And while I don't view nicotine (or vaporized VG, PG) as particularly harmful
it probably should be reserved for those 18+. What doesn't seem to be helpful
is that vaping comes in all sorts of flavors (beyond synthetic tobacco
flavor)that would probably appeal to people minors (mango, cotton-candy, etc).
In contrast any flavorings of those types in cigarettes was banned a decade
ago (with the notable exception of menthol).

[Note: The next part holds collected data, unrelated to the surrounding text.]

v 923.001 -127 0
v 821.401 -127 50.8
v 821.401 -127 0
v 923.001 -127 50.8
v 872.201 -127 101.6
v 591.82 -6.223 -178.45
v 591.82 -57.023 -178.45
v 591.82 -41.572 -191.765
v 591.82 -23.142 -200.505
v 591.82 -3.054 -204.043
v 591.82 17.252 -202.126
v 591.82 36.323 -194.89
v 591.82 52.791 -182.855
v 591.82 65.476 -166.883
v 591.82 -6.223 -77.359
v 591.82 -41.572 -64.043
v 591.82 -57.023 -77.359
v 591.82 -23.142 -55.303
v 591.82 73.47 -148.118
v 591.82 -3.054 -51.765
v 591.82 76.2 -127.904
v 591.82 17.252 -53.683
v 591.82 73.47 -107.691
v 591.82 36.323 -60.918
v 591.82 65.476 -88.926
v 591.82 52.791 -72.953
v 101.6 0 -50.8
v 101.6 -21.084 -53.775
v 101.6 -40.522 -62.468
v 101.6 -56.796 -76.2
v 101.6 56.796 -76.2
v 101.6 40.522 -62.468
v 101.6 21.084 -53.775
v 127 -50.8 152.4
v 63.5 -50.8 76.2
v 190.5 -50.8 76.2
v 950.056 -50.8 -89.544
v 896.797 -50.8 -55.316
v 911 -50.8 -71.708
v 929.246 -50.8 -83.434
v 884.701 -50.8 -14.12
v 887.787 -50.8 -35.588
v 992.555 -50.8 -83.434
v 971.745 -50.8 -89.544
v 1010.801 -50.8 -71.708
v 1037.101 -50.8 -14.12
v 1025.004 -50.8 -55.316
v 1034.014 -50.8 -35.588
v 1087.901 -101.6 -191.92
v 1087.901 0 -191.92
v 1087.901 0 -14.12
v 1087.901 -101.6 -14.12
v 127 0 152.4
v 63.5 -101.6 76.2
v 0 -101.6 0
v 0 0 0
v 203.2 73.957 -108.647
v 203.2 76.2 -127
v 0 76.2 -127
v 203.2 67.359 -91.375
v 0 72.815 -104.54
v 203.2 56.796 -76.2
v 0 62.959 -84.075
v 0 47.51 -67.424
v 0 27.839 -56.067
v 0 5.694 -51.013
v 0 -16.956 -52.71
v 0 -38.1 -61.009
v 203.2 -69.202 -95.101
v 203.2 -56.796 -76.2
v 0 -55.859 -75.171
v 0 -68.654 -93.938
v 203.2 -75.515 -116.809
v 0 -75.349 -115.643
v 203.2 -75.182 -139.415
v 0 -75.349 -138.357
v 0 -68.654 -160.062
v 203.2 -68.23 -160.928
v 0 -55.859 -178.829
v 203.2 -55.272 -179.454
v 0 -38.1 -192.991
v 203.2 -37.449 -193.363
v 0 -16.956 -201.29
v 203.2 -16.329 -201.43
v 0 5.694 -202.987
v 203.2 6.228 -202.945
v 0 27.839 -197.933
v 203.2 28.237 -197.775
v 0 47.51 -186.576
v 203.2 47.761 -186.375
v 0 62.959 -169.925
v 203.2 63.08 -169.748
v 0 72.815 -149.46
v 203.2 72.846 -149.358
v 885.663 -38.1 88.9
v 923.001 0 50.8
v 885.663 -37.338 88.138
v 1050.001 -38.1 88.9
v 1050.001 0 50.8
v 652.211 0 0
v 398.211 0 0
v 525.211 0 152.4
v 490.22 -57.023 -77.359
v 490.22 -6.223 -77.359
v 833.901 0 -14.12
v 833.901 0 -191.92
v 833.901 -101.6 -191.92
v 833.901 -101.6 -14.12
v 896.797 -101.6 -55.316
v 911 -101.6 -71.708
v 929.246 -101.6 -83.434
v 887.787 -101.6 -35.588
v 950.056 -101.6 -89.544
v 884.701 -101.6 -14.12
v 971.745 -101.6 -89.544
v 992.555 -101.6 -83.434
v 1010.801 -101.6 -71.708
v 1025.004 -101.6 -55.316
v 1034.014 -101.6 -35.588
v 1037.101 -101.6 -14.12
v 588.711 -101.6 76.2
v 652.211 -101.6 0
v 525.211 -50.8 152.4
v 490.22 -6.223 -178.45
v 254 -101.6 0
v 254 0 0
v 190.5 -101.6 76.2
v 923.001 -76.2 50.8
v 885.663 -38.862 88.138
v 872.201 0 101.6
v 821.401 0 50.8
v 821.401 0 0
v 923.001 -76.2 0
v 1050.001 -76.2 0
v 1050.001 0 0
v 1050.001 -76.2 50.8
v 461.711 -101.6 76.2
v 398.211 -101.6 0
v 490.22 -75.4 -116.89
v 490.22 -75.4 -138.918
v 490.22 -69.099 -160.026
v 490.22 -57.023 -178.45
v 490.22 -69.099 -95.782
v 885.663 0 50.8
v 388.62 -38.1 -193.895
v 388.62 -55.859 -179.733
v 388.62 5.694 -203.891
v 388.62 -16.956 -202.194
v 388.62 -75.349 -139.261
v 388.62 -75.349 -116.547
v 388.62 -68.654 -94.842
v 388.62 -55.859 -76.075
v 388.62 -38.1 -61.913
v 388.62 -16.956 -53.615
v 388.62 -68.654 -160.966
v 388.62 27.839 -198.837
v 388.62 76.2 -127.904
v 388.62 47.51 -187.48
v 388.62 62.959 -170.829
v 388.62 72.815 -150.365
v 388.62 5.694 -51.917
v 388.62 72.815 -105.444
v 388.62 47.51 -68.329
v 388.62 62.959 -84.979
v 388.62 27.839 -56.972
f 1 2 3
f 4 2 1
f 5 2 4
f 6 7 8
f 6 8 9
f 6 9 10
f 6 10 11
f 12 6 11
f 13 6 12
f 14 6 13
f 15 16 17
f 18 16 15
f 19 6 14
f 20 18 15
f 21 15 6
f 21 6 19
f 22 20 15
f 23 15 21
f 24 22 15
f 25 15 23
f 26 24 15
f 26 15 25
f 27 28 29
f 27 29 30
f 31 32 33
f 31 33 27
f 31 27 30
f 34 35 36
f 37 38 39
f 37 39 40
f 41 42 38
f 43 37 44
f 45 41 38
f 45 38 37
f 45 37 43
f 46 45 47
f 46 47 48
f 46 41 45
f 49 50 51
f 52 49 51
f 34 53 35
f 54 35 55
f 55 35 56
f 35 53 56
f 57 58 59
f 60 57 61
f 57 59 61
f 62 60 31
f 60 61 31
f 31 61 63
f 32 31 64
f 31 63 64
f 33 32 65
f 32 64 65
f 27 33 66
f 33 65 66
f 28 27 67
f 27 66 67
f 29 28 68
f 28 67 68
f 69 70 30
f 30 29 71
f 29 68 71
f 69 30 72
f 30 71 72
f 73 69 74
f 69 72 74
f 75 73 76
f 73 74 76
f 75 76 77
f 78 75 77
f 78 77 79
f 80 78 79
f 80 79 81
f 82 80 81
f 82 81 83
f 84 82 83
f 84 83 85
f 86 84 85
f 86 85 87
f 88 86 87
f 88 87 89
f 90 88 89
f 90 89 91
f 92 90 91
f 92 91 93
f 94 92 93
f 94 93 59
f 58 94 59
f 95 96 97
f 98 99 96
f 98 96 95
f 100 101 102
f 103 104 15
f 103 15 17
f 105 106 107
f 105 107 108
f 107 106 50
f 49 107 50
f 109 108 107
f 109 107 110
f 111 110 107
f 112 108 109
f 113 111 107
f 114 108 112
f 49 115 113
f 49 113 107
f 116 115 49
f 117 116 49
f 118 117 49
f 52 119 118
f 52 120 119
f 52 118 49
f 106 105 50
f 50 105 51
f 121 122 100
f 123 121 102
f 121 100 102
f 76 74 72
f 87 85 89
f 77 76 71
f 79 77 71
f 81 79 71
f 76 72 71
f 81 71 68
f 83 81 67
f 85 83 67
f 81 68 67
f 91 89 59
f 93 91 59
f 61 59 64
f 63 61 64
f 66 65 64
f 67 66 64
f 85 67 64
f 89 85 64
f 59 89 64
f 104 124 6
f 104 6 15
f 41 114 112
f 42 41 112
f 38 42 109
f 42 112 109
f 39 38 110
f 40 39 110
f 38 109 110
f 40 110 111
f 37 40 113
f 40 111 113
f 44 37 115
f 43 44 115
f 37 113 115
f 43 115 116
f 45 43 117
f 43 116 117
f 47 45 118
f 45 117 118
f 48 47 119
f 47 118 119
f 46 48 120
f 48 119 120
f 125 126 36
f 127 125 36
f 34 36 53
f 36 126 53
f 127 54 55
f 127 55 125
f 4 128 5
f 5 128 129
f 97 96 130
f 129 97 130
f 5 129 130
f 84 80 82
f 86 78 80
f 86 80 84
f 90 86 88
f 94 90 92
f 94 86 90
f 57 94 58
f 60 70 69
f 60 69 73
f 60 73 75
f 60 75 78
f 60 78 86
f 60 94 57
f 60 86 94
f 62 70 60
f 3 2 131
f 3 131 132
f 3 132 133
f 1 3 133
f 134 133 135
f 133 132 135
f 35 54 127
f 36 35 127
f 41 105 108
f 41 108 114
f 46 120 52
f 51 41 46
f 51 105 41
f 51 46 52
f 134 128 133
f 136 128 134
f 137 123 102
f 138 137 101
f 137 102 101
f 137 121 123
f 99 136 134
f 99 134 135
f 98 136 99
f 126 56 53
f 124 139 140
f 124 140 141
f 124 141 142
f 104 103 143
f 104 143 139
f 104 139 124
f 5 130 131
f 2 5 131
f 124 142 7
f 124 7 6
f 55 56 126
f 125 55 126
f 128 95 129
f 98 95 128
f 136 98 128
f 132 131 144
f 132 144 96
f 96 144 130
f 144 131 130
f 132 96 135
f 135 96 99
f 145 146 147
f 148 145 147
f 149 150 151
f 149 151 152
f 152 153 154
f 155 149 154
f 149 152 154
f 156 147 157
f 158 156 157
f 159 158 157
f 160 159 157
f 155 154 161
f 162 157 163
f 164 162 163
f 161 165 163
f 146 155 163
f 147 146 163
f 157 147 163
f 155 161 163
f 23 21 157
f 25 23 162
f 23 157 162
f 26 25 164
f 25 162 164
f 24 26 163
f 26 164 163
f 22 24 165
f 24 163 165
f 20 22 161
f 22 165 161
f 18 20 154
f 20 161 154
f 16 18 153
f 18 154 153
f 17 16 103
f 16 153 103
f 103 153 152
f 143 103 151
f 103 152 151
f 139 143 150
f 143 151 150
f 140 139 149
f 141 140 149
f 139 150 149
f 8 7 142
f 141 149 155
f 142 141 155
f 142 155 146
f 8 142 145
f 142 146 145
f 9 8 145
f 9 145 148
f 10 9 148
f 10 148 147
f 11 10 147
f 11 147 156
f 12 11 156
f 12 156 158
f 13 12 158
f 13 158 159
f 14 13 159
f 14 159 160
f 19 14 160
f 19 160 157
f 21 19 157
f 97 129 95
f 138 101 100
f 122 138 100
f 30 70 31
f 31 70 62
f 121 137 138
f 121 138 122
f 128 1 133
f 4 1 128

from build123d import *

# Parameters (mm, degrees)
F1_DEPTH  = 101.6
F3_DEPTH  = 50.8
F5_DEPTH  = 101.6
F7_DEPTH  = 101.6
F11_DEPTH = 63.5
F12_W     = 127
F12_H     = 50.8
F13_DEPTH = 127
F15_DEPTH = 164.338
F16_W     = 127
F16_H     = 50.8
F17_DEPTH = 50.8
F18_R     = 76.2
F19_DEPTH = 203.2
F21_DEPTH = 101.6
F23_R     = 76.2
F24_DEPTH = 203.2
F26_DEPTH = 101.6
F27_W     = 254
F27_H     = 177.8
F28_DEPTH = 101.6
F30_DEPTH = 50.8


with BuildPart() as f1:
    # F0 (on Front) → F1 (new body)
    with BuildSketch(Plane.XZ):
        Polygon((63.5, 76.2), (0, 0), (254, 0), (190.5, 76.2), (127, 76.2), align=None)
        Polygon((127, 152.4), (63.5, 76.2), (127, 76.2), (190.5, 76.2), align=None)
    extrude(amount=F1_DEPTH)

    # F2 (on face) → F3 (cut)
    with BuildSketch(Plane.XZ.offset(101.6)):
        Polygon((63.5, 76.2), (127, 76.2), (190.5, 76.2), (127, 152.4), align=None)
    extrude(amount=-F3_DEPTH, mode=Mode.SUBTRACT)

    # F6 (on face) → F7 (cut)
    with BuildSketch(Plane(origin=(384.9111806809, 0, 320.759317234), x_dir=(0, 1, 0), z_dir=(0.7682212796, 0, 0.6401843997))):
        Polygon((-101.6, -219.1547171438), (-101.6, -318.3448880279), (-50.8, -219.1547171438), align=None)
    extrude(amount=F7_DEPTH, mode=Mode.SUBTRACT)


with BuildPart() as f5:
    # F4 (on Front) → F5 (new body)
    with BuildSketch(Plane.XZ):
        Polygon((525.2106117092, 152.4), (398.2106117092, 0), (652.2106117092, 0), align=None)
    extrude(amount=F5_DEPTH)

    # F10 (on 3pt) → F11 (cut, symmetric)
    with BuildSketch(Plane.YZ.offset(525.2106117092)):
        Polygon((-50.8, 152.4), (-101.6, 152.4), (-101.6, 76.2), align=None)
    extrude(amount=F11_DEPTH, both=True, mode=Mode.SUBTRACT)


with BuildPart() as f13:
    # F12 (on Front) → F13 (new body)
    with BuildSketch(Plane.XZ):
        Polygon((821.4010382175, 0), (923.0010382175, 0), (923.0010382175, 50.8), (872.2010382175, 101.6), (821.4010382175, 50.8), align=None)
        with Locations((986.5010382175, 25.4)):
            Rectangle(F12_W, F12_H)
    extrude(amount=F13_DEPTH)

    # F14 (on face) → F15 (join)
    with BuildSketch(Plane.YZ.offset(1050.0010382175)):
        Polygon((-38.1, 88.9), (-76.2, 50.8), (0, 50.8), align=None)
    extrude(amount=-F15_DEPTH)

    # F16 (on face) → F17 (cut)
    with BuildSketch(Plane.XZ.offset(127)):
        with Locations((986.5010382175, 25.4)):
            Rectangle(F16_W, F16_H)
    extrude(amount=-F17_DEPTH, mode=Mode.SUBTRACT)


with BuildPart() as f19:
    # F18 (on Right) → F19 (new body)
    with BuildSketch(Plane.YZ):
        with Locations((0, -127)):
            Circle(F18_R)
    extrude(amount=F19_DEPTH)

    # F20 (on face) → F21 (cut)
    with BuildSketch(Plane.YZ.offset(203.2)):
        with BuildLine():
            Line((-56.7961266285, -76.2), (0, -76.2))
            Line((0, -76.2), (0, -50.8))
            ThreePointArc((0, -50.8), (-31.1085197333, -57.4392351968), (-56.7961266285, -76.2))
        make_face()
        with BuildLine():
            Line((0, -50.8), (0, -76.2))
            Line((0, -76.2), (56.7961266285, -76.2))
            ThreePointArc((56.7961266285, -76.2), (31.1085197333, -57.4392351968), (0, -50.8))
        make_face()
    extrude(amount=-F21_DEPTH, mode=Mode.SUBTRACT)


with BuildPart() as f24:
    # F23 (on offset) → F24 (new body)
    with BuildSketch(Plane.YZ.offset(388.62)):
        with Locations((0, -127.9042363167)):
            Circle(F23_R)
    extrude(amount=F24_DEPTH)

    # F25 (on face) → F26 (cut)
    with BuildSketch(Plane.YZ.offset(591.82)):
        with BuildLine():
            Line((-57.0227449789, -178.4497262745), (-6.2227449789, -178.4497262745))
            Line((-6.2227449789, -178.4497262745), (-6.2227449789, -77.3587463589))
            Line((-6.2227449789, -77.3587463589), (-57.0227449789, -77.3587463589))
            ThreePointArc((-57.0227449789, -77.3587463589), (-76.2, -127.9042363167), (-57.0227449789, -178.4497262745))
        make_face()
    extrude(amount=-F26_DEPTH, mode=Mode.SUBTRACT)


with BuildPart() as f28:
    # F27 (on Front) → F28 (new body)
    with BuildSketch(Plane.XZ):
        with Locations((960.9007537365, -103.0196546078)):
            Rectangle(F27_W, F27_H)
    extrude(amount=F28_DEPTH)

    # F29 (on face) → F30 (cut)
    with BuildSketch(Plane.XZ.offset(101.6)):
        with BuildLine():
            ThreePointArc((884.7007537365, -14.1196546078), (960.9007537365, -90.3196546078), (1037.1007537365, -14.1196546078))
            Line((1037.1007537365, -14.1196546078), (884.7007537365, -14.1196546078))
        make_face()
    extrude(amount=-F30_DEPTH, mode=Mode.SUBTRACT)


solid = Compound([f1.part, f5.part, f13.part, f19.part, f24.part, f28.part])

> Currently, no flavors are banned from other tobacco products, although
> research suggests flavors may also make these products more enticing to
> youth and young adults. Data from FDA’s Population Assessment of Tobacco and
> Health found that nearly 80 percent of youth ages 12-17 and nearly 75
> percent of young adults ages 18-25 who were current tobacco users in 2014
> reported that the first tobacco product they ever used was flavored.25
> Alternatively, FDA is aware of self-reported information suggesting that the
> availability of flavors in some noncombusted tobacco products such as
> e-cigarettes and other ENDS may help some adult users reduce cigarette use
> or switch to potentially less harmful products.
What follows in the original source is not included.